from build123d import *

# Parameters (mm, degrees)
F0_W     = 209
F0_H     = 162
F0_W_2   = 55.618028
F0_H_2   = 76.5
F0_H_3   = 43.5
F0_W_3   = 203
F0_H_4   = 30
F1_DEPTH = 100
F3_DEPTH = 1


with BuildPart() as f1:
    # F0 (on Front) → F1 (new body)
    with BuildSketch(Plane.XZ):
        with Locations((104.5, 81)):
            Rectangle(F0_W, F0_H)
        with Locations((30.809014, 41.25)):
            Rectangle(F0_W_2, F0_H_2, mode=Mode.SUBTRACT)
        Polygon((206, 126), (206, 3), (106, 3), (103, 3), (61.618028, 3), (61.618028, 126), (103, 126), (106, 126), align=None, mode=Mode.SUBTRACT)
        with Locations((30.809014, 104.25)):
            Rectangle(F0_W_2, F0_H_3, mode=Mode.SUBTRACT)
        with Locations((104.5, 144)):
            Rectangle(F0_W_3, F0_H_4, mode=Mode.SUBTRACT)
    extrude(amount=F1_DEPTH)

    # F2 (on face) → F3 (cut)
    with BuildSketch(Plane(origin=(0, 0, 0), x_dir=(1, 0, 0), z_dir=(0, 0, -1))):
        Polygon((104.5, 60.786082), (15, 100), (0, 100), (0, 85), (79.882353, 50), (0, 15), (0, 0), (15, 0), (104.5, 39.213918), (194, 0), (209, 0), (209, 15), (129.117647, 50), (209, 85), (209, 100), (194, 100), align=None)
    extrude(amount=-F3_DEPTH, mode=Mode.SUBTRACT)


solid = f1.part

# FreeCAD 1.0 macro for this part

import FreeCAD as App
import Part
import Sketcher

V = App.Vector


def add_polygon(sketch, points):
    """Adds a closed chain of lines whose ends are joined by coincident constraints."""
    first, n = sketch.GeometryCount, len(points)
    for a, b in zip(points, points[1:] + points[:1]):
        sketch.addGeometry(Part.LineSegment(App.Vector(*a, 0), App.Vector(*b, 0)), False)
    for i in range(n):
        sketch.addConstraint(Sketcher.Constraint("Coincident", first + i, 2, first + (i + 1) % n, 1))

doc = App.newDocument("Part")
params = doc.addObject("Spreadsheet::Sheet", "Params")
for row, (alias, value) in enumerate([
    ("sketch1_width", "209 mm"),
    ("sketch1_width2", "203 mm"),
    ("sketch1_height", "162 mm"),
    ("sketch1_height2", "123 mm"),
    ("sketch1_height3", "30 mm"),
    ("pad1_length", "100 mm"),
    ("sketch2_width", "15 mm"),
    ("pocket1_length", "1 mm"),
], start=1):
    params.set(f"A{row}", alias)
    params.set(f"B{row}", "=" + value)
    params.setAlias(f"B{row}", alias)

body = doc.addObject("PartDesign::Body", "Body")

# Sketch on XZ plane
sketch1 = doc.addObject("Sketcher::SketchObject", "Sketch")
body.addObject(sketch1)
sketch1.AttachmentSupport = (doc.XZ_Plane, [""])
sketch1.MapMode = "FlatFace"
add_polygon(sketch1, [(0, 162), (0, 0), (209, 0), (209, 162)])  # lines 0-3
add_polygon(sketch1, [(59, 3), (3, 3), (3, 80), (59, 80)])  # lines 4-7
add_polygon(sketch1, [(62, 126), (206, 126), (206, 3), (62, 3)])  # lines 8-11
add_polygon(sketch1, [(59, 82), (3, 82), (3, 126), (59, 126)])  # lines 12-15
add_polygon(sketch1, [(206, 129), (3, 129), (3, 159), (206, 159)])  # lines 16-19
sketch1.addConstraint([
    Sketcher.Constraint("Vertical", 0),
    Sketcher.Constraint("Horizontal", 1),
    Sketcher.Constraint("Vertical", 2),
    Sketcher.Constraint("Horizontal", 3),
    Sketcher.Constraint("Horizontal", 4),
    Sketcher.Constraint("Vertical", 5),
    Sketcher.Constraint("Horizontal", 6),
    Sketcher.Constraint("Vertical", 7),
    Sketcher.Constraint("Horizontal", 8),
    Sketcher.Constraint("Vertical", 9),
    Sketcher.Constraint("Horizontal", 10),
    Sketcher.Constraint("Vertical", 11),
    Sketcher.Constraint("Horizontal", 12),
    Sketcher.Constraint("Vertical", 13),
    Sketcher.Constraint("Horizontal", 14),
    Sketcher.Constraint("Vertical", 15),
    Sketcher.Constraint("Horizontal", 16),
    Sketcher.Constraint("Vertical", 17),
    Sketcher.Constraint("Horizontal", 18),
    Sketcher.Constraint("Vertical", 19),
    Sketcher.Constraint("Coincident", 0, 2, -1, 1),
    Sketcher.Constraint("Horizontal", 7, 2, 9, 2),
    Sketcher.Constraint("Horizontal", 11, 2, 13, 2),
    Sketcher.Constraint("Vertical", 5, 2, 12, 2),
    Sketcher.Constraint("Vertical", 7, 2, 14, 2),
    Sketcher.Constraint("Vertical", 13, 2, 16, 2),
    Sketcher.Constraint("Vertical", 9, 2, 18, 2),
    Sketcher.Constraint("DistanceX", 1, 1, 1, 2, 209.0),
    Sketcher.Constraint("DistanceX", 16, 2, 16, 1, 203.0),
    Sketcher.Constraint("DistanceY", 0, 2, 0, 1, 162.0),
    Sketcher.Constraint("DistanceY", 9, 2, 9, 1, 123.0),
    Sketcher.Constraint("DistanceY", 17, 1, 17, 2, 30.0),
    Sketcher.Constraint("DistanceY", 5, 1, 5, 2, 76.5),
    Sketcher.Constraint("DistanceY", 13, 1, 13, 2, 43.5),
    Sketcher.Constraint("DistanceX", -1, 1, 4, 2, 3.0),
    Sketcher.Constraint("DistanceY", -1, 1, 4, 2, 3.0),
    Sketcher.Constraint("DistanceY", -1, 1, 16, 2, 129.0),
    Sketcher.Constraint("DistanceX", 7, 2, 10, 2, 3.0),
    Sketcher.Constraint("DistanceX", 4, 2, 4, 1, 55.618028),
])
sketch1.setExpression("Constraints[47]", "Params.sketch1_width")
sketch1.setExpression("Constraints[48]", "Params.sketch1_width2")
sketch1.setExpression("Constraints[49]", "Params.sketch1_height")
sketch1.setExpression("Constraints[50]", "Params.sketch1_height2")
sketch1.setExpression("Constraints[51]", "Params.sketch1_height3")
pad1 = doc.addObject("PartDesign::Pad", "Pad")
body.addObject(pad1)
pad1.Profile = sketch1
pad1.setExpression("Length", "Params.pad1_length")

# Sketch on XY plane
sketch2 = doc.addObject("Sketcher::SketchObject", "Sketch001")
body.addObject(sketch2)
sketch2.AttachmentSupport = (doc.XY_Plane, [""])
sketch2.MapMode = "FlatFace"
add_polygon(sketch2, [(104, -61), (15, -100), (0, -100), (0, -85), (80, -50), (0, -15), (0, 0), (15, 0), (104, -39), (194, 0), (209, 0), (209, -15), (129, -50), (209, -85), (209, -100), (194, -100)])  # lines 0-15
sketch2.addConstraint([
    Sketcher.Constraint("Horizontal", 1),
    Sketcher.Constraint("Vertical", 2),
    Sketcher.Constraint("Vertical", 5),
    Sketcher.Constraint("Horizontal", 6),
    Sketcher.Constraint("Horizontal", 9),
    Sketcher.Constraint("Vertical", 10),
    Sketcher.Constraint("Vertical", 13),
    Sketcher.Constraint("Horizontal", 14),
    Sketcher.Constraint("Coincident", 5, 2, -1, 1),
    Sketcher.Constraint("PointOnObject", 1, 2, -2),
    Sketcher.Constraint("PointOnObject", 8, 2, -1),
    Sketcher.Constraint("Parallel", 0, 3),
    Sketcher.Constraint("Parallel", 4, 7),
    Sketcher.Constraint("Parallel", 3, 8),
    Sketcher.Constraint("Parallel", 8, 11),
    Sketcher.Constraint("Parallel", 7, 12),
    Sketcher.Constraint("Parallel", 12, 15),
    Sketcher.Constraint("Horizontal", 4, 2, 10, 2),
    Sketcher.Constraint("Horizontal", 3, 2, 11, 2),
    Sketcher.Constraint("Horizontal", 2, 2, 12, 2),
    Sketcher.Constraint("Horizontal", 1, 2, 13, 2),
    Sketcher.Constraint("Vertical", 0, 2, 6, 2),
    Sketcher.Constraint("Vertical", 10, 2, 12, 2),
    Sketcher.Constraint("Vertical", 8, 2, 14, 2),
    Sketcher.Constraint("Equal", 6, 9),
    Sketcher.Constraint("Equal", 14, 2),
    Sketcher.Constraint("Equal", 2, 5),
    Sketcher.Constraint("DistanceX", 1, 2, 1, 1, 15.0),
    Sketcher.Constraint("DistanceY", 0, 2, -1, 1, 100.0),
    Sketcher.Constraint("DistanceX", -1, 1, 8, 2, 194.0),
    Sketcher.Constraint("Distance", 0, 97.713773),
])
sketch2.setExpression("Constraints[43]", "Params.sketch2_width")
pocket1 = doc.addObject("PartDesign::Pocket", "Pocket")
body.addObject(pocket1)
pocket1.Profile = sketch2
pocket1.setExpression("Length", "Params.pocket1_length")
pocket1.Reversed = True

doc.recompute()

************

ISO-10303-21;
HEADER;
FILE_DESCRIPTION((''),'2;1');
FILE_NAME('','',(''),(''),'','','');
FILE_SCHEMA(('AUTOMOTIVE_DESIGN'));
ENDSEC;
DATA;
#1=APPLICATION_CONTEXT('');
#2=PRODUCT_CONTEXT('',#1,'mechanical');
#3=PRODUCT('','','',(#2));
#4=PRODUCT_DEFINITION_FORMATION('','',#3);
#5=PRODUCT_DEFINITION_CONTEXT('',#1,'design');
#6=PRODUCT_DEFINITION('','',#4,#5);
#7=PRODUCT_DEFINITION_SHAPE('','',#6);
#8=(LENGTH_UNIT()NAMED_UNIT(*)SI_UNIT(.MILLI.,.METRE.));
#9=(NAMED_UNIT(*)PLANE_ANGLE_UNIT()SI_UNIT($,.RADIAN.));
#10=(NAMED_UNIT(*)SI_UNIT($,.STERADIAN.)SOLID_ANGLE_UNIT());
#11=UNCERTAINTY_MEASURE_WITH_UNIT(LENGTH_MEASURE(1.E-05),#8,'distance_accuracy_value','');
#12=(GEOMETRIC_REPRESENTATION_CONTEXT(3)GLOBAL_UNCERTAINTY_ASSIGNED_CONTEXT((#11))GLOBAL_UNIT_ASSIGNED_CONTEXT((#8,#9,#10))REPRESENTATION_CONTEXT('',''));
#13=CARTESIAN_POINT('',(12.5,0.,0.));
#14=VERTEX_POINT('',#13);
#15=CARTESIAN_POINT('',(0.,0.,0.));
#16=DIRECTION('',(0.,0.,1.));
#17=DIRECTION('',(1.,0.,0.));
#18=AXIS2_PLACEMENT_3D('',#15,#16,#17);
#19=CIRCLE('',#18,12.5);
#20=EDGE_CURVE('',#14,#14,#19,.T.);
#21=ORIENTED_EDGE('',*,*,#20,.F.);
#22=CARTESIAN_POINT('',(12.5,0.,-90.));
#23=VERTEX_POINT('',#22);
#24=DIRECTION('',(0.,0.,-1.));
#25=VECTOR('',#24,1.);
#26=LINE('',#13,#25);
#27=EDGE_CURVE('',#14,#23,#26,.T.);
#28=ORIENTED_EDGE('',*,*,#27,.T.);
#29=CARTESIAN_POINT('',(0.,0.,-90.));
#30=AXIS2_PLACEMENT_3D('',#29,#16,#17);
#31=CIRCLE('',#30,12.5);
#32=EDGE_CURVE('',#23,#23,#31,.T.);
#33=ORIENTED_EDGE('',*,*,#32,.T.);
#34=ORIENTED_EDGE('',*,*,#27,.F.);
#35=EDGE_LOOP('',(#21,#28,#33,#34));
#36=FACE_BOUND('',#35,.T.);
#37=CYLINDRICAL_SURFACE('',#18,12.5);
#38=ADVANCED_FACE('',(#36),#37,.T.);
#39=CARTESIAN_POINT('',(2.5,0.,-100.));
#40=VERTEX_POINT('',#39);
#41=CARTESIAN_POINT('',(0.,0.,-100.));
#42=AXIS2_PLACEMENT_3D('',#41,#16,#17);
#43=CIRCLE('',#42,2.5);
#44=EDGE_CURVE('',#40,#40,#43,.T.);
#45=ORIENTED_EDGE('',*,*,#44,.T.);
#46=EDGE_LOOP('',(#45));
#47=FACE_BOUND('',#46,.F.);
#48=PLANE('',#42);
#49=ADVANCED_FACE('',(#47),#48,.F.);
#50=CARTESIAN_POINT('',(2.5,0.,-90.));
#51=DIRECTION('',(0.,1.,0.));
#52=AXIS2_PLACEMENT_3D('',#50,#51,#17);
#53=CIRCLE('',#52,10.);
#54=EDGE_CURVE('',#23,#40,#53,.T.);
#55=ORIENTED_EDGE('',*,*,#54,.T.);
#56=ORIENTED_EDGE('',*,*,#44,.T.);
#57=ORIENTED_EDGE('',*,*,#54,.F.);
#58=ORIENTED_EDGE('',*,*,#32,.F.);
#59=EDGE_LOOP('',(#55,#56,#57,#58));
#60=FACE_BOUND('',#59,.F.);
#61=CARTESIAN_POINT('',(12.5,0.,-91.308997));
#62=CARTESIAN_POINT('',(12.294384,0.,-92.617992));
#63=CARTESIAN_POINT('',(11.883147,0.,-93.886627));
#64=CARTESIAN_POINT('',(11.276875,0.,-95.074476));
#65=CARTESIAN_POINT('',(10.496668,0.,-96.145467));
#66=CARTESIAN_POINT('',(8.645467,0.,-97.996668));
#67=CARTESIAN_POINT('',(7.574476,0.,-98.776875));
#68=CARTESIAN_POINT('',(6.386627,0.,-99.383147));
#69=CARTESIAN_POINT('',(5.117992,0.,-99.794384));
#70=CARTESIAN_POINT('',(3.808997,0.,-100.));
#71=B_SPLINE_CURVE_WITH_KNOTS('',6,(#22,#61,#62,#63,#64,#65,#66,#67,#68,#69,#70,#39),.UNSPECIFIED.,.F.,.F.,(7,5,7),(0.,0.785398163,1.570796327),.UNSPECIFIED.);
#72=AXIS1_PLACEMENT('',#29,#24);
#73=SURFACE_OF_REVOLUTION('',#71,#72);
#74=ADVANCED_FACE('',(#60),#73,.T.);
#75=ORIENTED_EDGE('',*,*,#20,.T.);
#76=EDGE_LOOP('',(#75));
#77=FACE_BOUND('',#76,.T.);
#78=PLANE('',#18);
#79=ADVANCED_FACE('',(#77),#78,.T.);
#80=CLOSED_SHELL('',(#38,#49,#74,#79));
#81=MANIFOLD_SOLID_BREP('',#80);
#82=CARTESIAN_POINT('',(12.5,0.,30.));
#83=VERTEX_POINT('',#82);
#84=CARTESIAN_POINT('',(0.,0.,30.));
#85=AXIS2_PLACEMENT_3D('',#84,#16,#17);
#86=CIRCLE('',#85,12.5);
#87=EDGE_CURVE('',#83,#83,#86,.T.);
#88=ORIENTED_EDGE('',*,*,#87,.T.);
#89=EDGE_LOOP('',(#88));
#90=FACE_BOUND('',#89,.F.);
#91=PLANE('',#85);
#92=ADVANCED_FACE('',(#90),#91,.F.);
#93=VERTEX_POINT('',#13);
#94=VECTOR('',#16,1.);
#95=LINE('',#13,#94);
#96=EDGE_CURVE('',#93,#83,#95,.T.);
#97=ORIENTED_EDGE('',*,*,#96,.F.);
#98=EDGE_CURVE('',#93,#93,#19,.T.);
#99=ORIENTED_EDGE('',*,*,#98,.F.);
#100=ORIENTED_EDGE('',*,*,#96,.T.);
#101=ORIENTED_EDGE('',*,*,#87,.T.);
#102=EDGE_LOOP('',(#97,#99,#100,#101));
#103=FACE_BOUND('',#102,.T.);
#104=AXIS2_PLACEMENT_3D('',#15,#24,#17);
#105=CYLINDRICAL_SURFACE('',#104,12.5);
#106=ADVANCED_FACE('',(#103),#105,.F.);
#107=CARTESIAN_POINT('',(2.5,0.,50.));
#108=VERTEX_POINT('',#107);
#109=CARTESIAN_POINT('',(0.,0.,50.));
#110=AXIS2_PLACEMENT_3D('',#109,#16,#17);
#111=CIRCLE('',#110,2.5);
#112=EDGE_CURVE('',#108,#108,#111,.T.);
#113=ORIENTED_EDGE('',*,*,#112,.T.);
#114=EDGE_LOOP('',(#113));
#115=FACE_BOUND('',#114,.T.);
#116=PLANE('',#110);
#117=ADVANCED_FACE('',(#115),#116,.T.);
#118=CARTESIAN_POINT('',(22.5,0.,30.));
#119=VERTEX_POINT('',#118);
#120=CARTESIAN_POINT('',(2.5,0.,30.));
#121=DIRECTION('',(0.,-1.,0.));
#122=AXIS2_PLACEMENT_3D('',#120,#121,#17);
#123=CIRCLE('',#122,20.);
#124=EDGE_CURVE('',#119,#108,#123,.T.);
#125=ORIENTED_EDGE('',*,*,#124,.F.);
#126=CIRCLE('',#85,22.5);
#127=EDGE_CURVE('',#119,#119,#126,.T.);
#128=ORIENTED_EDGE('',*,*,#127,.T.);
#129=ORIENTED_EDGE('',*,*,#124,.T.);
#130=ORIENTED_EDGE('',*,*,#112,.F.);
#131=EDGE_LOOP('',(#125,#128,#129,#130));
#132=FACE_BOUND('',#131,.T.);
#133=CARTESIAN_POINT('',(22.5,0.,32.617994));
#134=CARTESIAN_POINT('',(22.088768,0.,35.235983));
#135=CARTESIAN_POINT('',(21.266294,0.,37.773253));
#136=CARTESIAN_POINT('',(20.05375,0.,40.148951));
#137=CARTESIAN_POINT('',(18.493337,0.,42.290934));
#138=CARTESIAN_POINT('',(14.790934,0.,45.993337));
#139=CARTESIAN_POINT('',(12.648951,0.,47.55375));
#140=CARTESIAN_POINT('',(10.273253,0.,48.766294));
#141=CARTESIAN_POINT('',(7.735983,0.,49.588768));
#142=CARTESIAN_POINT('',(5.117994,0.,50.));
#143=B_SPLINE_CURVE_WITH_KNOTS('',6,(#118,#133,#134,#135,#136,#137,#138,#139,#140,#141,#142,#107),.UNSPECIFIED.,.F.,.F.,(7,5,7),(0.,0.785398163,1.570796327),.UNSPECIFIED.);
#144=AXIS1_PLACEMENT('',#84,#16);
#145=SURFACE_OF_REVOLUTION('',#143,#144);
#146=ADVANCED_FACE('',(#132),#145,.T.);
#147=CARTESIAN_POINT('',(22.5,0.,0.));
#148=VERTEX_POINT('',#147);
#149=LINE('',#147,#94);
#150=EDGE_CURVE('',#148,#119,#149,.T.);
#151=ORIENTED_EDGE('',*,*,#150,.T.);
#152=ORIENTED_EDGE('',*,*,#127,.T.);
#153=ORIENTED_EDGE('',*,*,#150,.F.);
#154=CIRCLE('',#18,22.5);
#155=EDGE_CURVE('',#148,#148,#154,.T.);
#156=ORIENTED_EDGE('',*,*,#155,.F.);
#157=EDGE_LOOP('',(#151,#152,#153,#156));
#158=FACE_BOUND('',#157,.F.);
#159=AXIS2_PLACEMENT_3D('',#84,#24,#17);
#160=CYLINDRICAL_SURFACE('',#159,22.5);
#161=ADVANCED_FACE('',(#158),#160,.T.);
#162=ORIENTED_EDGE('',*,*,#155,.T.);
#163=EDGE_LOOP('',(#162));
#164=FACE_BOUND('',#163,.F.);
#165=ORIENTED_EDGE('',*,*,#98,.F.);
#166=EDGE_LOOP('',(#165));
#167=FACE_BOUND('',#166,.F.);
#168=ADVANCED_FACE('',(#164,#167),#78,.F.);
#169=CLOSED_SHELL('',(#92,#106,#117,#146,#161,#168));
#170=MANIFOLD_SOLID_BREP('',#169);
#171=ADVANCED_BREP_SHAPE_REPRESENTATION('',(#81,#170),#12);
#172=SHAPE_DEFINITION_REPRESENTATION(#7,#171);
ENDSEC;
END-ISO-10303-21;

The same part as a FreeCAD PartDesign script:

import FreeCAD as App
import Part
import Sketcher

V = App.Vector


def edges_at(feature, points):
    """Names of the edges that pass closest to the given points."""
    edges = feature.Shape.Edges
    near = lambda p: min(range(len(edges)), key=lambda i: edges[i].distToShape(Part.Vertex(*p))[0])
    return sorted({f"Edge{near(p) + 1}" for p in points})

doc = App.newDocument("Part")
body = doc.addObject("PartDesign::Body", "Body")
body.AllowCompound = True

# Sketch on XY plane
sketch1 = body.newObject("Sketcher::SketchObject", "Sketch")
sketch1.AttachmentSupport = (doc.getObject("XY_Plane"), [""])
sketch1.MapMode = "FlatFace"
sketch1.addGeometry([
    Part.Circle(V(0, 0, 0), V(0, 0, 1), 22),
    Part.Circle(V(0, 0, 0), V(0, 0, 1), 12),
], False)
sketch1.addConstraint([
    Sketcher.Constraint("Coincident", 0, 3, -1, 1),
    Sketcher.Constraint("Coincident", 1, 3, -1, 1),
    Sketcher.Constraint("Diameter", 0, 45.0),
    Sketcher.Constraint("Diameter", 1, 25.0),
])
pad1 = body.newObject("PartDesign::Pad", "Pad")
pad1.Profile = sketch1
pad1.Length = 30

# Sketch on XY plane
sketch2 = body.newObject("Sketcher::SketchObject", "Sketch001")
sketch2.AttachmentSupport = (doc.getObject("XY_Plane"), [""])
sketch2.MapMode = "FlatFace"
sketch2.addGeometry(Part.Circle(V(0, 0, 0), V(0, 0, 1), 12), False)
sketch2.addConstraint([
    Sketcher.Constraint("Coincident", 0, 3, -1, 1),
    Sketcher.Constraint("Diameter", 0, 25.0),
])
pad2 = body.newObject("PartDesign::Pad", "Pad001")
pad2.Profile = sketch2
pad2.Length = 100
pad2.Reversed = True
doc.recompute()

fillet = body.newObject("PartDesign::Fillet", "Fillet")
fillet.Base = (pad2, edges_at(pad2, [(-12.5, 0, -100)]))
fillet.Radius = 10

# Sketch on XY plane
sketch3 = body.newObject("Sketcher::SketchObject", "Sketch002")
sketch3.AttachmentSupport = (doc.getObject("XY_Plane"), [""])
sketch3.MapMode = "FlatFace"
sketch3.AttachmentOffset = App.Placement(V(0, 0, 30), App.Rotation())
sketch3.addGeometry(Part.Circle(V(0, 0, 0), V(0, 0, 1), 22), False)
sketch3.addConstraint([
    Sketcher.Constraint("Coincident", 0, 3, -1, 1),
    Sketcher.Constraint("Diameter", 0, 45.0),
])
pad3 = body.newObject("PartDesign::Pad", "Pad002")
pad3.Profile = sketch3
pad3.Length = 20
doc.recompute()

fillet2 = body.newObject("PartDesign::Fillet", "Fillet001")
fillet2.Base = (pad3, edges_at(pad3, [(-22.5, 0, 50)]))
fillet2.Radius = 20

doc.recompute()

************

What needs to be done:
Could you return exactly the lines above from the line with "#30=AXIS2_PLACEMENT_3D('',#29,#16,#17);" to the line with "#79=ADVANCED_FACE('',(#77),#78,.T.);", both included, and nothing else?

Output of the exercise:
#30=AXIS2_PLACEMENT_3D('',#29,#16,#17);
#31=CIRCLE('',#30,12.5);
#32=EDGE_CURVE('',#23,#23,#31,.T.);
#33=ORIENTED_EDGE('',*,*,#32,.T.);
#34=ORIENTED_EDGE('',*,*,#27,.F.);
#35=EDGE_LOOP('',(#21,#28,#33,#34));
#36=FACE_BOUND('',#35,.T.);
#37=CYLINDRICAL_SURFACE('',#18,12.5);
#38=ADVANCED_FACE('',(#36),#37,.T.);
#39=CARTESIAN_POINT('',(2.5,0.,-100.));
#40=VERTEX_POINT('',#39);
#41=CARTESIAN_POINT('',(0.,0.,-100.));
#42=AXIS2_PLACEMENT_3D('',#41,#16,#17);
#43=CIRCLE('',#42,2.5);
#44=EDGE_CURVE('',#40,#40,#43,.T.);
#45=ORIENTED_EDGE('',*,*,#44,.T.);
#46=EDGE_LOOP('',(#45));
#47=FACE_BOUND('',#46,.F.);
#48=PLANE('',#42);
#49=ADVANCED_FACE('',(#47),#48,.F.);
#50=CARTESIAN_POINT('',(2.5,0.,-90.));
#51=DIRECTION('',(0.,1.,0.));
#52=AXIS2_PLACEMENT_3D('',#50,#51,#17);
#53=CIRCLE('',#52,10.);
#54=EDGE_CURVE('',#23,#40,#53,.T.);
#55=ORIENTED_EDGE('',*,*,#54,.T.);
#56=ORIENTED_EDGE('',*,*,#44,.T.);
#57=ORIENTED_EDGE('',*,*,#54,.F.);
#58=ORIENTED_EDGE('',*,*,#32,.F.);
#59=EDGE_LOOP('',(#55,#56,#57,#58));
#60=FACE_BOUND('',#59,.F.);
#61=CARTESIAN_POINT('',(12.5,0.,-91.308997));
#62=CARTESIAN_POINT('',(12.294384,0.,-92.617992));
#63=CARTESIAN_POINT('',(11.883147,0.,-93.886627));
#64=CARTESIAN_POINT('',(11.276875,0.,-95.074476));
#65=CARTESIAN_POINT('',(10.496668,0.,-96.145467));
#66=CARTESIAN_POINT('',(8.645467,0.,-97.996668));
#67=CARTESIAN_POINT('',(7.574476,0.,-98.776875));
#68=CARTESIAN_POINT('',(6.386627,0.,-99.383147));
#69=CARTESIAN_POINT('',(5.117992,0.,-99.794384));
#70=CARTESIAN_POINT('',(3.808997,0.,-100.));
#71=B_SPLINE_CURVE_WITH_KNOTS('',6,(#22,#61,#62,#63,#64,#65,#66,#67,#68,#69,#70,#39),.UNSPECIFIED.,.F.,.F.,(7,5,7),(0.,0.785398163,1.570796327),.UNSPECIFIED.);
#72=AXIS1_PLACEMENT('',#29,#24);
#73=SURFACE_OF_REVOLUTION('',#71,#72);
#74=ADVANCED_FACE('',(#60),#73,.T.);
#75=ORIENTED_EDGE('',*,*,#20,.T.);
#76=EDGE_LOOP('',(#75));
#77=FACE_BOUND('',#76,.T.);
#78=PLANE('',#18);
#79=ADVANCED_FACE('',(#77),#78,.T.);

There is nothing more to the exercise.